Es ist ja nicht die erste Operation, die ich mit meinen Kindern durchmache. Der Sohn hatte eine mit Vollnarkose, als er 3 war. Mit der Großen habe ich bereits 3 Vollnarkosen und OPs erlebt, und auch die Jüngste musste mit 2 Jahren schon einmal operiert werden, damals war es sogar etwas Ernstes.

Und nun also ein weiteres Mal. Ich bin so müde, obwohl ich ausgeschlafen bin, ich habe die ganzen Ferien geschlafen wie ein Stein, jede Nacht 9-11 Stunden. Aber ich bin müde von der Verantwortung.

„Sie sind dann morgen um 14:15 Uhr dran“, flötet eine andere Arzthelferin wenig später ins Telefon. „Denken Sie daran, dass das Kind 6 Stunden vorher nichts essen darf?“ An nichts anderes denke ich, weil das eine verdammt lange Zeit ist für ein 7-Jähriges Kind. Sie wird quengeln, heulen, wütend sein. Es wird anstrengend werden.

Und dann dieser „Saft“, den sie den Kindern verabreichen, der glücklich machen soll, mit dem das Kind wirkt wie schwer betrunken, ich werde sie auffangen müssen, denn sie wird taumeln, und später die Atemmaske mit den Narkosegas, die endlich Erlösung bringen wird, wenn sie auf der Liege Platz gefunden hat, und die mir unendliche Angst macht, immer wieder steigt in mir der Gedanke auf, dass es Menschen gibt, die aus der Narkose nicht wieder aufwachen, dass es schwere Folgeschäden geben kann, auch wenn das nur ganz selten passiert, und es bei gesunden Menschen bei Einhaltung der Regeln fast ausgeschlossen ist. Meine Angst hält sich nicht an Regeln, sie überschwemmt mich.

Ich aber muss Zuversicht verbreiten, stark sein, den Unmut des Kindes abfedern, für sie da sein. Wie mir das morgen gelingen soll, weiß ich heute nicht. Ich weiß nur, dass ich keine andere Wahl habe. Denn wenn ich es nicht mache, macht es keiner. Alleinerziehend zu sein ist oft Scheiße. Aber an manchen Tagen ist es noch scheißer als an anderen.
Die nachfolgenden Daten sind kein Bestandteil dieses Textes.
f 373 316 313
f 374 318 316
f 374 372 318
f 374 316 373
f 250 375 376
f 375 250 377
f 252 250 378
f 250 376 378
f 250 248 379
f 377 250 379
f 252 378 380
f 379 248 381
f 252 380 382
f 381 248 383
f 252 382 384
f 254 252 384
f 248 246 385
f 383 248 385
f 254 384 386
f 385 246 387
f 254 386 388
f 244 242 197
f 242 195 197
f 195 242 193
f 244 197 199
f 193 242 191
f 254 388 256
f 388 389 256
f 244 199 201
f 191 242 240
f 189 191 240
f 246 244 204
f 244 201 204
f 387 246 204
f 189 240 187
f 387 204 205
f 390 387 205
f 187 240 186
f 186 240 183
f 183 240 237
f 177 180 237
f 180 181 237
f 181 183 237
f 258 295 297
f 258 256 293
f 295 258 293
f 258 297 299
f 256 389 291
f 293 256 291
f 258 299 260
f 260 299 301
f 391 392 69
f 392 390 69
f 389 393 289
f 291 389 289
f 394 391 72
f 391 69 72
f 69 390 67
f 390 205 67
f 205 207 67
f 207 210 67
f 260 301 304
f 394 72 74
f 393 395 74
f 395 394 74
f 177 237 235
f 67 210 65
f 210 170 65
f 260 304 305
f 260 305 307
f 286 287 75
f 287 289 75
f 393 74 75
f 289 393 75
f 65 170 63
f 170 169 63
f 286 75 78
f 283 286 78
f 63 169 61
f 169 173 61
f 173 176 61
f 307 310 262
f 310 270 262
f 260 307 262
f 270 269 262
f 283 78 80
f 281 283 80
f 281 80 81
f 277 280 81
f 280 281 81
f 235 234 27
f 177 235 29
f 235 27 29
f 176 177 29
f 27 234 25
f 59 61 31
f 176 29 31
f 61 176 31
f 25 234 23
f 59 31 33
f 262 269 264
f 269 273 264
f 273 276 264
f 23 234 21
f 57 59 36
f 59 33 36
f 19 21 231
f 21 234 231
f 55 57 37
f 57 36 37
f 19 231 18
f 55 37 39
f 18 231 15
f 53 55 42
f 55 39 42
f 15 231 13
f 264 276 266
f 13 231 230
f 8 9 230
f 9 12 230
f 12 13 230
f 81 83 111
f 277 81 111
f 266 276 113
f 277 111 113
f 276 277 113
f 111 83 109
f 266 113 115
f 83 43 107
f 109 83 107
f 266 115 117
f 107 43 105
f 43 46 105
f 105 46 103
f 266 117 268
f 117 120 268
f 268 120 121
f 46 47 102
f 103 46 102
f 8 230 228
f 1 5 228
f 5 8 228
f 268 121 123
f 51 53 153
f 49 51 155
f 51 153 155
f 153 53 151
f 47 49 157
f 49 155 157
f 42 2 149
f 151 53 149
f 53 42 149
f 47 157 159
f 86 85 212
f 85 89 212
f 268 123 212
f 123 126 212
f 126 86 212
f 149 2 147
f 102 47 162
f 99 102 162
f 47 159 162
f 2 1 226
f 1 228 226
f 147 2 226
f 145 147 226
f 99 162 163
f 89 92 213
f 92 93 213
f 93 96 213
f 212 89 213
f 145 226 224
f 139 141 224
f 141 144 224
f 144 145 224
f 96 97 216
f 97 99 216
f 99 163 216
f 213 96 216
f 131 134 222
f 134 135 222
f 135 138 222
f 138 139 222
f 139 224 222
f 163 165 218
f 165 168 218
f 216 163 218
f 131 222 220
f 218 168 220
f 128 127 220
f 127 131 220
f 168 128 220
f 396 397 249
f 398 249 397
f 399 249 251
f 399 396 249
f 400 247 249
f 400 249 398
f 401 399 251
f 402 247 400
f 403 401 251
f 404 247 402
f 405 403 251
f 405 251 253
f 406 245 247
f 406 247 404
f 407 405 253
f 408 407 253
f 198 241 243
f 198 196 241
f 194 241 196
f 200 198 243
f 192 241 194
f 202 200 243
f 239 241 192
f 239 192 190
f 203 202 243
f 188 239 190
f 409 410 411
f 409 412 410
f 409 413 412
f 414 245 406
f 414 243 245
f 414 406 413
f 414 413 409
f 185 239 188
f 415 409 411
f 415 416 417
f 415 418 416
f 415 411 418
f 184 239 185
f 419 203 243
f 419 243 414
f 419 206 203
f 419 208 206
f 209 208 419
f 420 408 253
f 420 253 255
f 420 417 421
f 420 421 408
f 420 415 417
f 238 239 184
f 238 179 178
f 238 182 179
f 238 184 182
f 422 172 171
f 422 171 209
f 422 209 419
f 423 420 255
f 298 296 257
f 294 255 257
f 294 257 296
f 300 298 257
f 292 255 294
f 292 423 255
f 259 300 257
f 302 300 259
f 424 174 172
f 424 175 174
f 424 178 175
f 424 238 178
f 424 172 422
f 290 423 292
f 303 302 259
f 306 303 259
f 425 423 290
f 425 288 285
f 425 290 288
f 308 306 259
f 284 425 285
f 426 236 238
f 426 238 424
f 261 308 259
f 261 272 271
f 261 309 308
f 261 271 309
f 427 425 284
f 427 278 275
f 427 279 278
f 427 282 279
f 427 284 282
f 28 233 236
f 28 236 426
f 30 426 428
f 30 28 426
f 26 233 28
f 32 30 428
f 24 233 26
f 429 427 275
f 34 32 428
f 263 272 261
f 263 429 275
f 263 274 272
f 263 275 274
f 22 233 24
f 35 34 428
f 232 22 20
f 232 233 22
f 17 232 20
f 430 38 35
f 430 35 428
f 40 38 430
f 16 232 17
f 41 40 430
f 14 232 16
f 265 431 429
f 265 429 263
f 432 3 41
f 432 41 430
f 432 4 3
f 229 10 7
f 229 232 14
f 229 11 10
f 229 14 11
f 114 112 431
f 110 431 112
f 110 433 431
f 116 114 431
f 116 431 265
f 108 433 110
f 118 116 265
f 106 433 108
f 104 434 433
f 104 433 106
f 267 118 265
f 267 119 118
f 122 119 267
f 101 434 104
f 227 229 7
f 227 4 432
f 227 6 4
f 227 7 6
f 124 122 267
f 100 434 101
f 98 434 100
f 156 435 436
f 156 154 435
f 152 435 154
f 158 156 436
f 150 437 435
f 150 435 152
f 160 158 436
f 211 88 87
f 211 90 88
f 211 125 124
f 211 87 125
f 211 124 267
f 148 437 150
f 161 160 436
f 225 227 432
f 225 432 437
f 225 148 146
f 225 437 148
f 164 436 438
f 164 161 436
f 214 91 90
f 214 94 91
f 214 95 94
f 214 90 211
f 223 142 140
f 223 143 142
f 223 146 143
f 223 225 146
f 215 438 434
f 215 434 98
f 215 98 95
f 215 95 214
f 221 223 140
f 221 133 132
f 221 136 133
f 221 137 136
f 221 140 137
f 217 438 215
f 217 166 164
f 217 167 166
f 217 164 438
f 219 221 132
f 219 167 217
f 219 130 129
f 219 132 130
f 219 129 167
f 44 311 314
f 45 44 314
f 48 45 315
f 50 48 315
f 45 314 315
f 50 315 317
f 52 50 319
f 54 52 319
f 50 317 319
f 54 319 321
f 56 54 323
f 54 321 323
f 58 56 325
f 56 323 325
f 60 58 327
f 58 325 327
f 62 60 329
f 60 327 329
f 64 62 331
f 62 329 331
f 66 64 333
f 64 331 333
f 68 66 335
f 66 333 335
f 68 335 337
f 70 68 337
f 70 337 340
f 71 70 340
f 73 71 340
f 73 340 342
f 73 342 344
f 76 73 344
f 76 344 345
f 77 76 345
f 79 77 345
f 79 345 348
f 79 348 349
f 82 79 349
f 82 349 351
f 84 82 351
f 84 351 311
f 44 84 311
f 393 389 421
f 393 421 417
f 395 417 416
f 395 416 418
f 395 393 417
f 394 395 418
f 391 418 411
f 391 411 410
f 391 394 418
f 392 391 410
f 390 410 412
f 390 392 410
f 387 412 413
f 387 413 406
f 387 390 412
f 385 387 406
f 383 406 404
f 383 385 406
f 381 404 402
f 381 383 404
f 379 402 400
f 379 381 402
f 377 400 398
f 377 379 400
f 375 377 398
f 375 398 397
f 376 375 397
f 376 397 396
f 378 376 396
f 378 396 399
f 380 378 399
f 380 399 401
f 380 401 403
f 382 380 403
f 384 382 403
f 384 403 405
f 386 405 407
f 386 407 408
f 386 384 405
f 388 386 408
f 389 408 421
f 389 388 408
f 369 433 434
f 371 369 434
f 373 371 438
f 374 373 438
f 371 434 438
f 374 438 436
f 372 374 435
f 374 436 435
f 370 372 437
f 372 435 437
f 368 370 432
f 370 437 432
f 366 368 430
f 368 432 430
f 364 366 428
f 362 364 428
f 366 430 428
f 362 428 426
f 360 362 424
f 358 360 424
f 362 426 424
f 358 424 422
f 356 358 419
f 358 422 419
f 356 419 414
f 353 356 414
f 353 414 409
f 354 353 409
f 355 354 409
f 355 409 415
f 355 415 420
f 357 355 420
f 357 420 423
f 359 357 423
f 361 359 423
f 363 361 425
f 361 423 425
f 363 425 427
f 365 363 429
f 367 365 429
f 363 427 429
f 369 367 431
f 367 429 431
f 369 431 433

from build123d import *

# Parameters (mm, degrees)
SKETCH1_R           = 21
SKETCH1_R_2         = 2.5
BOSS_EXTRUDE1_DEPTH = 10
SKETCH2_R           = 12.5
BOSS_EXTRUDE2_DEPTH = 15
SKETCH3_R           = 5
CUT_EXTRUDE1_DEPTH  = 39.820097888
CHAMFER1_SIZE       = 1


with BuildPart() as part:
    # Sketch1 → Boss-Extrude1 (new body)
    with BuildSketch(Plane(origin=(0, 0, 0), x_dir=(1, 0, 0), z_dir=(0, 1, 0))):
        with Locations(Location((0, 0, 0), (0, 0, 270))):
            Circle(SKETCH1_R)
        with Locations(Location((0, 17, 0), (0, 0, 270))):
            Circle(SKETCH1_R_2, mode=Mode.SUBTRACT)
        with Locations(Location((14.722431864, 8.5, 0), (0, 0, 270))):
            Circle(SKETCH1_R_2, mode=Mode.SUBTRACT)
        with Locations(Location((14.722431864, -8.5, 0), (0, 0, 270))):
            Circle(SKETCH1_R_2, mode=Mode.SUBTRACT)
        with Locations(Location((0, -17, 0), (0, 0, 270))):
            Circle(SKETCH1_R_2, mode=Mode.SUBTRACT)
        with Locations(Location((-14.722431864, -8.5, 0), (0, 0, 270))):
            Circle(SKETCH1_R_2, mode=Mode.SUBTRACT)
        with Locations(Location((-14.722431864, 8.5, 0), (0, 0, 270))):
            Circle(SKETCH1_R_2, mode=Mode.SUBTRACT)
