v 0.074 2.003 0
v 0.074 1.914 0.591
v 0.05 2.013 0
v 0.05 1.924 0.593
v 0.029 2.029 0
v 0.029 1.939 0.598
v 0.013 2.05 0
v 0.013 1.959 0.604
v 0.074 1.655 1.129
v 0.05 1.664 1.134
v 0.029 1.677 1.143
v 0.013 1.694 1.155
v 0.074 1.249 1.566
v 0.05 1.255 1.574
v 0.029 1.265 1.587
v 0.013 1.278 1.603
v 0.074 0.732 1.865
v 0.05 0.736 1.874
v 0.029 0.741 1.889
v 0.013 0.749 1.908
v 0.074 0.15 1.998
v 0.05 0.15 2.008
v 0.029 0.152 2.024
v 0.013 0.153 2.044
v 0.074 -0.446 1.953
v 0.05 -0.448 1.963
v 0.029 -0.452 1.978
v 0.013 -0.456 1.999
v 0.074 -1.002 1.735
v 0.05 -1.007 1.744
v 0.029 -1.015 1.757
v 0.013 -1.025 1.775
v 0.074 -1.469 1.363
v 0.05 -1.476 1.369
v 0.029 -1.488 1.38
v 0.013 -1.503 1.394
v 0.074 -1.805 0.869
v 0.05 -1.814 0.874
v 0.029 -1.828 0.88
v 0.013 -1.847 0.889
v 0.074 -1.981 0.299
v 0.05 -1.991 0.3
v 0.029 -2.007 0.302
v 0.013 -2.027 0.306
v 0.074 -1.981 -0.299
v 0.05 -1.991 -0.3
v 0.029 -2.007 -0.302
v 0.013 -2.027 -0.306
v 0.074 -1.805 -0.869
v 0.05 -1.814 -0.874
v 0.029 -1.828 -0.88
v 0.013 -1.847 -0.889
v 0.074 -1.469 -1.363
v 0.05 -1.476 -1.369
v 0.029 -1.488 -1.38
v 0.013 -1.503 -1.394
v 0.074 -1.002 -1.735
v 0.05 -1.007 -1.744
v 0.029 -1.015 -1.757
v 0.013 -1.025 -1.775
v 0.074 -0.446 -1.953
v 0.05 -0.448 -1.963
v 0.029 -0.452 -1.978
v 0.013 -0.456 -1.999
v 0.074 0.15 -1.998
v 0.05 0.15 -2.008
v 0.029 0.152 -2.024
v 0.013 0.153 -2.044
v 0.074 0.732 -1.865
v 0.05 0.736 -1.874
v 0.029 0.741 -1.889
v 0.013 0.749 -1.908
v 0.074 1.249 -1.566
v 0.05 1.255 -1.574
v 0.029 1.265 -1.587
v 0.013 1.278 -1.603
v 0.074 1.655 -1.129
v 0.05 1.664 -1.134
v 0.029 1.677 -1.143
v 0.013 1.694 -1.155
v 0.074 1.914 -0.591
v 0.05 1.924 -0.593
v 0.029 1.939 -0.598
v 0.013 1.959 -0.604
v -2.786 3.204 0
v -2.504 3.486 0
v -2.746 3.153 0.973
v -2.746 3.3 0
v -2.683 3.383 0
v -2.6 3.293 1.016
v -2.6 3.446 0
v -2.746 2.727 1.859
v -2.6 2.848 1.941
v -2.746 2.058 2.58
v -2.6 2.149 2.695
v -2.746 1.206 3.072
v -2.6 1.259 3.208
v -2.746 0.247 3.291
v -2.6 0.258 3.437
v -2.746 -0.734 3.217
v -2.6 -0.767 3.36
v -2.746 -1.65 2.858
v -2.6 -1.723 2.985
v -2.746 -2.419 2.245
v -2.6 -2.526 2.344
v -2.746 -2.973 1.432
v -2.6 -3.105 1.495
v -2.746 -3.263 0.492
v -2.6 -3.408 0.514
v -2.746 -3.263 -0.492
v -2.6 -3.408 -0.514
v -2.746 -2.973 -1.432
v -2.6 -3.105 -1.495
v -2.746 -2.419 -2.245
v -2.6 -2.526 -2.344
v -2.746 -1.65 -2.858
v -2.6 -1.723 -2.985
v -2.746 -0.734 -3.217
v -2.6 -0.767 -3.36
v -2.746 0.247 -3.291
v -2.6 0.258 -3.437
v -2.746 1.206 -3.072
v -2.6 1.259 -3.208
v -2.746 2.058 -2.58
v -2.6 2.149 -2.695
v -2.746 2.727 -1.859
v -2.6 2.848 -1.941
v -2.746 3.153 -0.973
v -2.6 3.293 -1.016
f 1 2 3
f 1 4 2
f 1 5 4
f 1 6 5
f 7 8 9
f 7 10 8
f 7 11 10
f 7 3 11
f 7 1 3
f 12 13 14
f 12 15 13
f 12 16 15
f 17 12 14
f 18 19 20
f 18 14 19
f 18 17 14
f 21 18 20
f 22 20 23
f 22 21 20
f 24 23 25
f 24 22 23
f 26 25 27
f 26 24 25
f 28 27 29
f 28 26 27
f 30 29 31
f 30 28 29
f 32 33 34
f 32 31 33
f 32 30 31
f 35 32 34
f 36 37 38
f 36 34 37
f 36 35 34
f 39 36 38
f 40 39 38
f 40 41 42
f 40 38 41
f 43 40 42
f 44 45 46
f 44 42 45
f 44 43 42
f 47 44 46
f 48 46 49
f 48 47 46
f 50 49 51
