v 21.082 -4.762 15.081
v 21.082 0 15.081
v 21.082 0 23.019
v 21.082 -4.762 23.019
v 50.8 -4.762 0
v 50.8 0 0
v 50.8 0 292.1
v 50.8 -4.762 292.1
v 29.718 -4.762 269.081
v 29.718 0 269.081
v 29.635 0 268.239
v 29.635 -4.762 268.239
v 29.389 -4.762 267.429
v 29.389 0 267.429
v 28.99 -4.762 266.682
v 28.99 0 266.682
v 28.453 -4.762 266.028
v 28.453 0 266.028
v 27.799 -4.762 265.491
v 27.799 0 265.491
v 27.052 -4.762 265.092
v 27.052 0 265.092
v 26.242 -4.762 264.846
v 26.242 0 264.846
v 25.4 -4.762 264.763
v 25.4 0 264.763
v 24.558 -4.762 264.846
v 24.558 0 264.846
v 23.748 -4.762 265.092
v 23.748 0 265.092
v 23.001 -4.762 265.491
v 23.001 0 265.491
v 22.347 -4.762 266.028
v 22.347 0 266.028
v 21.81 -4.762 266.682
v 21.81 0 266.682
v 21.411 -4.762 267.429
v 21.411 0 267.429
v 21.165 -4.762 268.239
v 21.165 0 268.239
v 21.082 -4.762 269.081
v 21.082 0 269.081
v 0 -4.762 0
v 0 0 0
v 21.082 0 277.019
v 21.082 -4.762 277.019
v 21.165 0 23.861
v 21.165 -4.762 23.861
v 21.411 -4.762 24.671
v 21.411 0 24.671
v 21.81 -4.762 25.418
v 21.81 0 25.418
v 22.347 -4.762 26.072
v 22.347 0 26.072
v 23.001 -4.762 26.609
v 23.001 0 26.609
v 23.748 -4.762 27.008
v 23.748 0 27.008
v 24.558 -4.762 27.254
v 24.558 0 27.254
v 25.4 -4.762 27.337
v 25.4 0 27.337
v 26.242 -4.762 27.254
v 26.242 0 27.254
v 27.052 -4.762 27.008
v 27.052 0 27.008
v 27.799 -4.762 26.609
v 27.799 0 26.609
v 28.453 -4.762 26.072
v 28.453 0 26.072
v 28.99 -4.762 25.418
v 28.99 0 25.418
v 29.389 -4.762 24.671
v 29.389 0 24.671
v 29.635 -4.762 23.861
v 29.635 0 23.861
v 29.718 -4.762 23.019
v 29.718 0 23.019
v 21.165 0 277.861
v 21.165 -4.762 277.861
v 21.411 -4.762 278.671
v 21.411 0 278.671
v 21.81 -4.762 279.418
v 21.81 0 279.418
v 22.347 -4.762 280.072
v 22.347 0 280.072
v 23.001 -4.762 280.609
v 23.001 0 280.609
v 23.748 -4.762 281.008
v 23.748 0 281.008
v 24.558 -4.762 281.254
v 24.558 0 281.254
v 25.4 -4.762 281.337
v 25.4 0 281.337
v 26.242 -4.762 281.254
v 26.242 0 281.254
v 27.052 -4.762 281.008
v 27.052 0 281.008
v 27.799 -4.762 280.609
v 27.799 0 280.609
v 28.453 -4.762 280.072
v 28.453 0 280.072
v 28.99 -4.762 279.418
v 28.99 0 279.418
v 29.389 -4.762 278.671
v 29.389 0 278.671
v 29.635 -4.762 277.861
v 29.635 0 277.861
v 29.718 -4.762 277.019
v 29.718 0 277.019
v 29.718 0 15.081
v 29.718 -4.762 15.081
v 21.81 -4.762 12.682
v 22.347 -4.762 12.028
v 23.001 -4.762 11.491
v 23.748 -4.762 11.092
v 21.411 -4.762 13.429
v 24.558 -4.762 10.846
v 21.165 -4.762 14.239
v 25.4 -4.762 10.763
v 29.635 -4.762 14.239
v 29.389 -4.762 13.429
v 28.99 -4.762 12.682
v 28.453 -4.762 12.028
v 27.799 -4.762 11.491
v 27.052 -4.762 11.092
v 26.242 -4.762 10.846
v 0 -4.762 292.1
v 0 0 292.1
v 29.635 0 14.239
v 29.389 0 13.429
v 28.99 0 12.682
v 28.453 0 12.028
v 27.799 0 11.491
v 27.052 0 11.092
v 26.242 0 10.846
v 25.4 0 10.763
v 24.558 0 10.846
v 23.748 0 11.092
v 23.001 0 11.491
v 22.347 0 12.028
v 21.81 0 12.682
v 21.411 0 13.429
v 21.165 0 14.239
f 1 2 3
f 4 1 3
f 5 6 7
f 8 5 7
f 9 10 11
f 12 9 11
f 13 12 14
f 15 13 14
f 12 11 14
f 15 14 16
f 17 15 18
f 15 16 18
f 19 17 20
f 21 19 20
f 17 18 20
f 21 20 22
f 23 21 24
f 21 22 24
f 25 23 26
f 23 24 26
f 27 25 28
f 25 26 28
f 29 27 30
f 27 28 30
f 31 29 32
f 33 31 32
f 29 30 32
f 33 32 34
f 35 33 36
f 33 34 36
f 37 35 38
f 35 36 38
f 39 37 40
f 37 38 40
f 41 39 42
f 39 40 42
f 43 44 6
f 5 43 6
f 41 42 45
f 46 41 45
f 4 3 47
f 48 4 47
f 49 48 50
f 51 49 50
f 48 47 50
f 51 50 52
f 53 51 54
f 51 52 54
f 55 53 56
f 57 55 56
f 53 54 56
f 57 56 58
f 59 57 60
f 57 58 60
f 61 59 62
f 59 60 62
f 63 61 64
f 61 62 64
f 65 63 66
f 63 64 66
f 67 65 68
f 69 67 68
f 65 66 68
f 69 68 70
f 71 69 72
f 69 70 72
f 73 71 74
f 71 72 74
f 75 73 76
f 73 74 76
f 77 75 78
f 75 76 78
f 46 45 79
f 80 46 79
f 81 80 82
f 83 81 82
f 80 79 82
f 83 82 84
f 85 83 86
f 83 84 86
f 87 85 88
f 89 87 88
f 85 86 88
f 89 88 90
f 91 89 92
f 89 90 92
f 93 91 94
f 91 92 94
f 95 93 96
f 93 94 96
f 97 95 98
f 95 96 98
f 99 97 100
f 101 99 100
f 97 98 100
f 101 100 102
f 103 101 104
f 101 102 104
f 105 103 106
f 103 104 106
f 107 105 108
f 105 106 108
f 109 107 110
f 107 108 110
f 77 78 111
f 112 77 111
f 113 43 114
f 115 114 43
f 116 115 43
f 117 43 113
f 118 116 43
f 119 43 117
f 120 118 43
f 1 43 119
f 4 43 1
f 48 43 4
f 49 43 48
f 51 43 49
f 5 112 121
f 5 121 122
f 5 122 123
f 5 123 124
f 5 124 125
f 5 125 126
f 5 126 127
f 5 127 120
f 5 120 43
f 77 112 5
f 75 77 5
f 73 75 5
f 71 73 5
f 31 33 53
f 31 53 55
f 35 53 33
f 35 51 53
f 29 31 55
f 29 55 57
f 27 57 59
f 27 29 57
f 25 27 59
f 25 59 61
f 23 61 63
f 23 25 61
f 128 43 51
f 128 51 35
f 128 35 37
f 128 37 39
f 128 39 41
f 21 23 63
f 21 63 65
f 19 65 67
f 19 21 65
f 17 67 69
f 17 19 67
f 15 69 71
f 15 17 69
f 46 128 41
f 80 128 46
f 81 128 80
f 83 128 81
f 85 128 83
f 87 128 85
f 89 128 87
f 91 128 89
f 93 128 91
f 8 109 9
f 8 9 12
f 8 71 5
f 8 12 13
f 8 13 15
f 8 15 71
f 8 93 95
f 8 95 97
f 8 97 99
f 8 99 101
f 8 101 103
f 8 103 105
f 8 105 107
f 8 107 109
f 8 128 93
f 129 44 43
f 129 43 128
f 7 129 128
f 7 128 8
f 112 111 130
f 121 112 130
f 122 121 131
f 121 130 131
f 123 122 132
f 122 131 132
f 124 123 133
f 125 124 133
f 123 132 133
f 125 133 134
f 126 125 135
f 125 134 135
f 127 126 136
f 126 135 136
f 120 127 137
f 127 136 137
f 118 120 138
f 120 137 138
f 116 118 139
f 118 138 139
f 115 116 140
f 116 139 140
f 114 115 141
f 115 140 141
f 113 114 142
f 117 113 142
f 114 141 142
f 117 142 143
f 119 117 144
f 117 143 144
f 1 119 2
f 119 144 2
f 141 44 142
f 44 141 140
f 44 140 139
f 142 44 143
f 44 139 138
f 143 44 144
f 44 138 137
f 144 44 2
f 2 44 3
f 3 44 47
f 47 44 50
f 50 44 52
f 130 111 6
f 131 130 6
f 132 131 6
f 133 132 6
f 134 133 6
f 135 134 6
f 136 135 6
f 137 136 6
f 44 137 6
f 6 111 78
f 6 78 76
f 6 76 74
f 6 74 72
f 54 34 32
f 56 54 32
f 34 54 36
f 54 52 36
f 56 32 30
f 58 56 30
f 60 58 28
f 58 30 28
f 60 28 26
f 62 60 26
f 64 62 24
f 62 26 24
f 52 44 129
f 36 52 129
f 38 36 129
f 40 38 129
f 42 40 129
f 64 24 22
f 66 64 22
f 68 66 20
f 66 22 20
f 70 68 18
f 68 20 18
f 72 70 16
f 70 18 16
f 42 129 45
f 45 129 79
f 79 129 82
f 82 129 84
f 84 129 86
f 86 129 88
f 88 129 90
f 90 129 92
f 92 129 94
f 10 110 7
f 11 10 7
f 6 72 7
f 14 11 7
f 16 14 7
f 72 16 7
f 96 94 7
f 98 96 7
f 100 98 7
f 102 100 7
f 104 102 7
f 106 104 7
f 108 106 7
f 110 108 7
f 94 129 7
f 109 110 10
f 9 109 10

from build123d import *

# Parameters (mm, degrees)
F0_W     = 50.8
F0_H     = 292.1
F1_DEPTH = 4.7625


with BuildPart() as f1:
    # F0 (on Front) → F1 (new body)
    with BuildSketch(Plane.XZ):
        with Locations((25.4, 146.05)):
            Rectangle(F0_W, F0_H)
        with BuildLine():
            ThreePointArc((29.718, 15.08125), (25.4, 10.76325), (21.082, 15.08125))
            Line((21.082, 15.08125), (21.082, 23.01875))
            ThreePointArc((21.082, 23.01875), (25.4, 27.33675), (29.718, 23.01875))
            Line((29.718, 23.01875), (29.718, 15.08125))
        make_face(mode=Mode.SUBTRACT)
        with BuildLine():
            ThreePointArc((29.718, 269.08125), (25.4, 264.76325), (21.082, 269.08125))
            Line((21.082, 269.08125), (21.082, 277.01875))
            ThreePointArc((21.082, 277.01875), (25.4, 281.33675), (29.718, 277.01875))
            Line((29.718, 277.01875), (29.718, 269.08125))
        make_face(mode=Mode.SUBTRACT)
    extrude(amount=F1_DEPTH)


solid = f1.part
Mein Kopf wird wattig. Mir ist schwindelig. Jegliche Bewegung fällt mir schwer, ich habe nur noch einen Gedanken: Ich muss mich hinlegen. Ins Bett, die Decke über den Kopf ziehen, vielleicht wirklich schlafen. Als ich im Bett liege, fallen mir sofort die Augen zu. Die Geräusche meiner spielenden Kinder, die mich sonst beim Mittagsschlaf stören würden, höre ich überhaupt nicht.

2 Stunden später wache ich wieder auf. Der Schwindel ist weg. Ich stehe auf. Das Gefühl, dass mir der Stecker gezogen wurde, ist verschwunden. Ich funktioniere wieder. Muss ich ja.

24 Kommentare

  1. Ich drücke Dich aus der Ferne und ich werde an Euch denken und die Daumen drücken, so fest ich kann! Ich wünsche Euch alles Liebe und daß alles ohne Komplikationen abläuft und gut geht.
    Herzliche Grüße,
    Steffi

  2. Das, was so keiner außer uns Betroffenen weiß, wenn alles immer beschwerlicher wird, die dauernde Verantwortung für alles einen so unendlich müde und mürbe macht….

    Wow, mit Dreien alleine, ich kann nicht glauben, dass man das schafft. Ich bin mit einer Tochter schon so oft am Rande des Vorstellbaren gewesen…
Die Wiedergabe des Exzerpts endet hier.